From CEO salary caps to taxes on AIG bonuses, American economic policy is reflecting a newfound populist anger.
Americans are mad, and they’re not going to take it anymore.
Which raises the question: Why were Americans taking it at all?
Backward CEO compensation is nothing new. According to The Wall Street Journal, Ford CEO Alan Mulally received $21.67 million in compensation for 2007. In the same year, Ford posted $2.72 billion in losses.
Overseas, more than 200 heads of Japanese firms have cut their own pay since April, according to a survey by the Nikkei Business Daily. And their CEOs already make much less money to begin with.
Now, there are a lot of factors that make executive pay around the world less than America’s.

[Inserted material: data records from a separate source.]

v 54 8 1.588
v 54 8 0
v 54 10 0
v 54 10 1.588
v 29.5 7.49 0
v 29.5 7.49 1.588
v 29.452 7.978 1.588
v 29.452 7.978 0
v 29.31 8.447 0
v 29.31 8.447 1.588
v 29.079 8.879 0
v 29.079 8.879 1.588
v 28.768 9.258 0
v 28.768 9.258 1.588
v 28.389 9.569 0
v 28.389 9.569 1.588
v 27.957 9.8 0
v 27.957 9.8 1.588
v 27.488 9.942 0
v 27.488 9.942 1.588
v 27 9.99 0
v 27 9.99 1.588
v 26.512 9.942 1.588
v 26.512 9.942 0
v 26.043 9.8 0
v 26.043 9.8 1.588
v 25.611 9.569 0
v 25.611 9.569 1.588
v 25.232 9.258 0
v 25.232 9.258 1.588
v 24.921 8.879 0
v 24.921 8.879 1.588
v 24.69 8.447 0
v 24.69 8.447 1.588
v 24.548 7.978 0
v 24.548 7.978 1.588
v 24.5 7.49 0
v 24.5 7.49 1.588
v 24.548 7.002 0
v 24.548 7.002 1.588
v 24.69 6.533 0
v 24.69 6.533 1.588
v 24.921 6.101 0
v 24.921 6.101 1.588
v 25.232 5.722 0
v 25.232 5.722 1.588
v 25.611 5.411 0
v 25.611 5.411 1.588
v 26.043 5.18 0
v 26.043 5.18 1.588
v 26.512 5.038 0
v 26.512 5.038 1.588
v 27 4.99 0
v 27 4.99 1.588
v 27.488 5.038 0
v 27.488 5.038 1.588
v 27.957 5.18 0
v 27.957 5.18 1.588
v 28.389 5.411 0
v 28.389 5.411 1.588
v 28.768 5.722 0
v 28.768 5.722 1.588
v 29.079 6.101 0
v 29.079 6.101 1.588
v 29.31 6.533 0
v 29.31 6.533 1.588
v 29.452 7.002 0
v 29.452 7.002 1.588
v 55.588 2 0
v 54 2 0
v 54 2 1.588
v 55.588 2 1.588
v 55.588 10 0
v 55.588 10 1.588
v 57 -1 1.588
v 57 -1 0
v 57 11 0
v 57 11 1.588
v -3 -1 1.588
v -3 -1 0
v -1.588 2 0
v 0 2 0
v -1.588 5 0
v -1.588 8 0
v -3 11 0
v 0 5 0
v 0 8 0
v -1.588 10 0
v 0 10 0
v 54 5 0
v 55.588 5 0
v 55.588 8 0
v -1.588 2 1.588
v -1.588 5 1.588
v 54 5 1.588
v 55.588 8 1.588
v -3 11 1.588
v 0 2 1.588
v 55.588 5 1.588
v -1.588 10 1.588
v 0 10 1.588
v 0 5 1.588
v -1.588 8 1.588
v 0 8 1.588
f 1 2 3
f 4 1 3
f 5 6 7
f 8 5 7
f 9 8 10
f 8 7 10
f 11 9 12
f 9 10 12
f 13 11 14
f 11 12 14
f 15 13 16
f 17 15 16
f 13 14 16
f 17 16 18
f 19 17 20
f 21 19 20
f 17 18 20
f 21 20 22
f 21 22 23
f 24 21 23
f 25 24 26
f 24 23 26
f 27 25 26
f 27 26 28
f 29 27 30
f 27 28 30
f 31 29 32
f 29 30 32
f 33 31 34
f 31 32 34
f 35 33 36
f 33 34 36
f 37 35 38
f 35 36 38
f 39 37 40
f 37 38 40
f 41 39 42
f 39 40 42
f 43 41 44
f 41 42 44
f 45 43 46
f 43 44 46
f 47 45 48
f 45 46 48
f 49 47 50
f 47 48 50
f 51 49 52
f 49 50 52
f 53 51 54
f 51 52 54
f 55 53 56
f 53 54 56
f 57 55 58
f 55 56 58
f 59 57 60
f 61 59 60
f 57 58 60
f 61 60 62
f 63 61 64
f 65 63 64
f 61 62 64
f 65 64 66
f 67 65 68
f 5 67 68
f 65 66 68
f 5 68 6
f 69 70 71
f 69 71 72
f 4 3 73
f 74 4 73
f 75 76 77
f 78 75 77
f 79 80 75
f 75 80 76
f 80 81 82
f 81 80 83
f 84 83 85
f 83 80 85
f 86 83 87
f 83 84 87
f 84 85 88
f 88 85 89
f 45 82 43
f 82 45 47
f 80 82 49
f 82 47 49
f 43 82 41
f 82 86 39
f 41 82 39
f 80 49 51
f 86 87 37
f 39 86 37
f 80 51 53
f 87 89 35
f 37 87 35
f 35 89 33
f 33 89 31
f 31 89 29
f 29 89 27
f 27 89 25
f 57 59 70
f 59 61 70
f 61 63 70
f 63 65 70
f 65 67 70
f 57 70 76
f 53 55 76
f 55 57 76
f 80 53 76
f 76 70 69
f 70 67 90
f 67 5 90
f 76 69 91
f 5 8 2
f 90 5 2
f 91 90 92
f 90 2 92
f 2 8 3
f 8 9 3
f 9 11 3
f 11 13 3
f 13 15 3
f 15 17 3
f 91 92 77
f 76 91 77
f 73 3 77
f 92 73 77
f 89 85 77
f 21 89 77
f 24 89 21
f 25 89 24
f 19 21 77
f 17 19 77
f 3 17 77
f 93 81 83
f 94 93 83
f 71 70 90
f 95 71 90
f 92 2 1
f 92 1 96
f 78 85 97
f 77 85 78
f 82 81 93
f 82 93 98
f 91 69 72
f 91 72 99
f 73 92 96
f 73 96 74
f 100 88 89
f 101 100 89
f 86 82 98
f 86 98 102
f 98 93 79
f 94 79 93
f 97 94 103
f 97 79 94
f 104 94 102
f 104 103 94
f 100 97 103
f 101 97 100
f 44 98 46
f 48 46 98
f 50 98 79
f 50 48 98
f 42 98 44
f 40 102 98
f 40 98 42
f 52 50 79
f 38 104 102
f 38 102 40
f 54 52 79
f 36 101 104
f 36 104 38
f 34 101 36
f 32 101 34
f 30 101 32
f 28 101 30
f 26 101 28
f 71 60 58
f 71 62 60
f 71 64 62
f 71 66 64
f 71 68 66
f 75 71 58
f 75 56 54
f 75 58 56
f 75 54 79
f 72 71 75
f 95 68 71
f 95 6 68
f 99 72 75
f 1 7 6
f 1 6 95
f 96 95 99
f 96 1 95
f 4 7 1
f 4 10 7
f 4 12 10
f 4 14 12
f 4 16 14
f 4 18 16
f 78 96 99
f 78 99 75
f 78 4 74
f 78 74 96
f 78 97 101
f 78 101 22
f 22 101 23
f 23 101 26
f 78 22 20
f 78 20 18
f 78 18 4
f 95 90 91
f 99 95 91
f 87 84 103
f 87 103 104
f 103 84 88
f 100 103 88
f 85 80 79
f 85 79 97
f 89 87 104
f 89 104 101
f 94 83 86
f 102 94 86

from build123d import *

# Parameters (mm, degrees)
SKETCH1_W        = 60
SKETCH1_H        = 12
SKETCH1_W_2      = 1.5875
SKETCH1_H_2      = 3
SKETCH1_H_3      = 2
EXTRUSION1_DEPTH = 1.5875
SKETCH2_R        = 2.5
EXTRUSION2_DEPTH = 1.5875


with BuildPart() as part:
    # Sketch1 → Extrusion1 (new body)
    with BuildSketch(Plane.XY):
        with Locations((27, 5)):
            Rectangle(SKETCH1_W, SKETCH1_H)
        with Locations((-0.79375, 3.5)):
            Rectangle(SKETCH1_W_2, SKETCH1_H_2, mode=Mode.SUBTRACT)
        with Locations((-0.79375, 9)):
            Rectangle(SKETCH1_W_2, SKETCH1_H_3, mode=Mode.SUBTRACT)
        with Locations((54.79375, 9)):
            Rectangle(SKETCH1_W_2, SKETCH1_H_3, mode=Mode.SUBTRACT)
        with Locations((54.79375, 3.5)):
            Rectangle(SKETCH1_W_2, SKETCH1_H_2, mode=Mode.SUBTRACT)
    extrude(amount=EXTRUSION1_DEPTH)

    # Sketch2 → Extrusion2 (cut)
    with BuildSketch(Plane.XY.offset(1.5875)):
        with Locations((27, 7.489892181)):
            Circle(SKETCH2_R)
    extrude(amount=-EXTRUSION2_DEPTH, mode=Mode.SUBTRACT)


solid = part.part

But judging from recent events, American companies seem to have the short end of the executive talent stick.
The economy is negating the argument that companies need to pay top talent top dollars, because it has become more and more obvious they’re not that talented.
For the sake of argument, say that executives were the most talented for the job. If that’s true, and the companies still tank, what does that say about their effectiveness?
Twenty million dollars a year for a CEO makes sense for a company like Apple that requires strong leadership for a clear direction.
But what direction do car manufacturing or insurance company CEOs
provide? Their future is simple: Make cars or sell insurance. Unless Ford starts making canned soup, their direction is pretty clear.
That’s part of the problem. Hardly anyone knows whether a CEO deserves compensation, because few people have a tangible idea of what he or she is doing.
If all working people in America have to prove to their boss that they’re competent to keep their job, their boss should do the same for them.
CEOs should have to prove that their involvement has gained their company more profit per year than their annual compensation.
And if a CEO’s compensation outweighs the profit increases he or she has brought about, that should be grounds for dismissal.
The way CEOs are paid should also be rethought. CEOs are compensated in a multitude of ways, the most dubious of which is the cash bonus.
It doesn’t matter if cash bonuses go to CEOs or cashiers. Giving an extra lump sum of cash to someone for no tangible reason, as demonstrated by AIG, is a bad idea.
One option, which was laid out by several economists in a paper for the Social Science Research Network, is to create an executive compensation system in which pay is directly linked to stocks.
If the stock goes down, the executive’s compensation is used accordingly to buy stock.
I’m not going to pretend that I fully understand the inner workings of such a model.
But executives can’t point to large profits and say, “Look what I’ve done,” and then point to huge losses and say, “Not my fault.”
If high-level executives are really worth millions of dollars, then they should share in their companies’ windfalls and woes alike.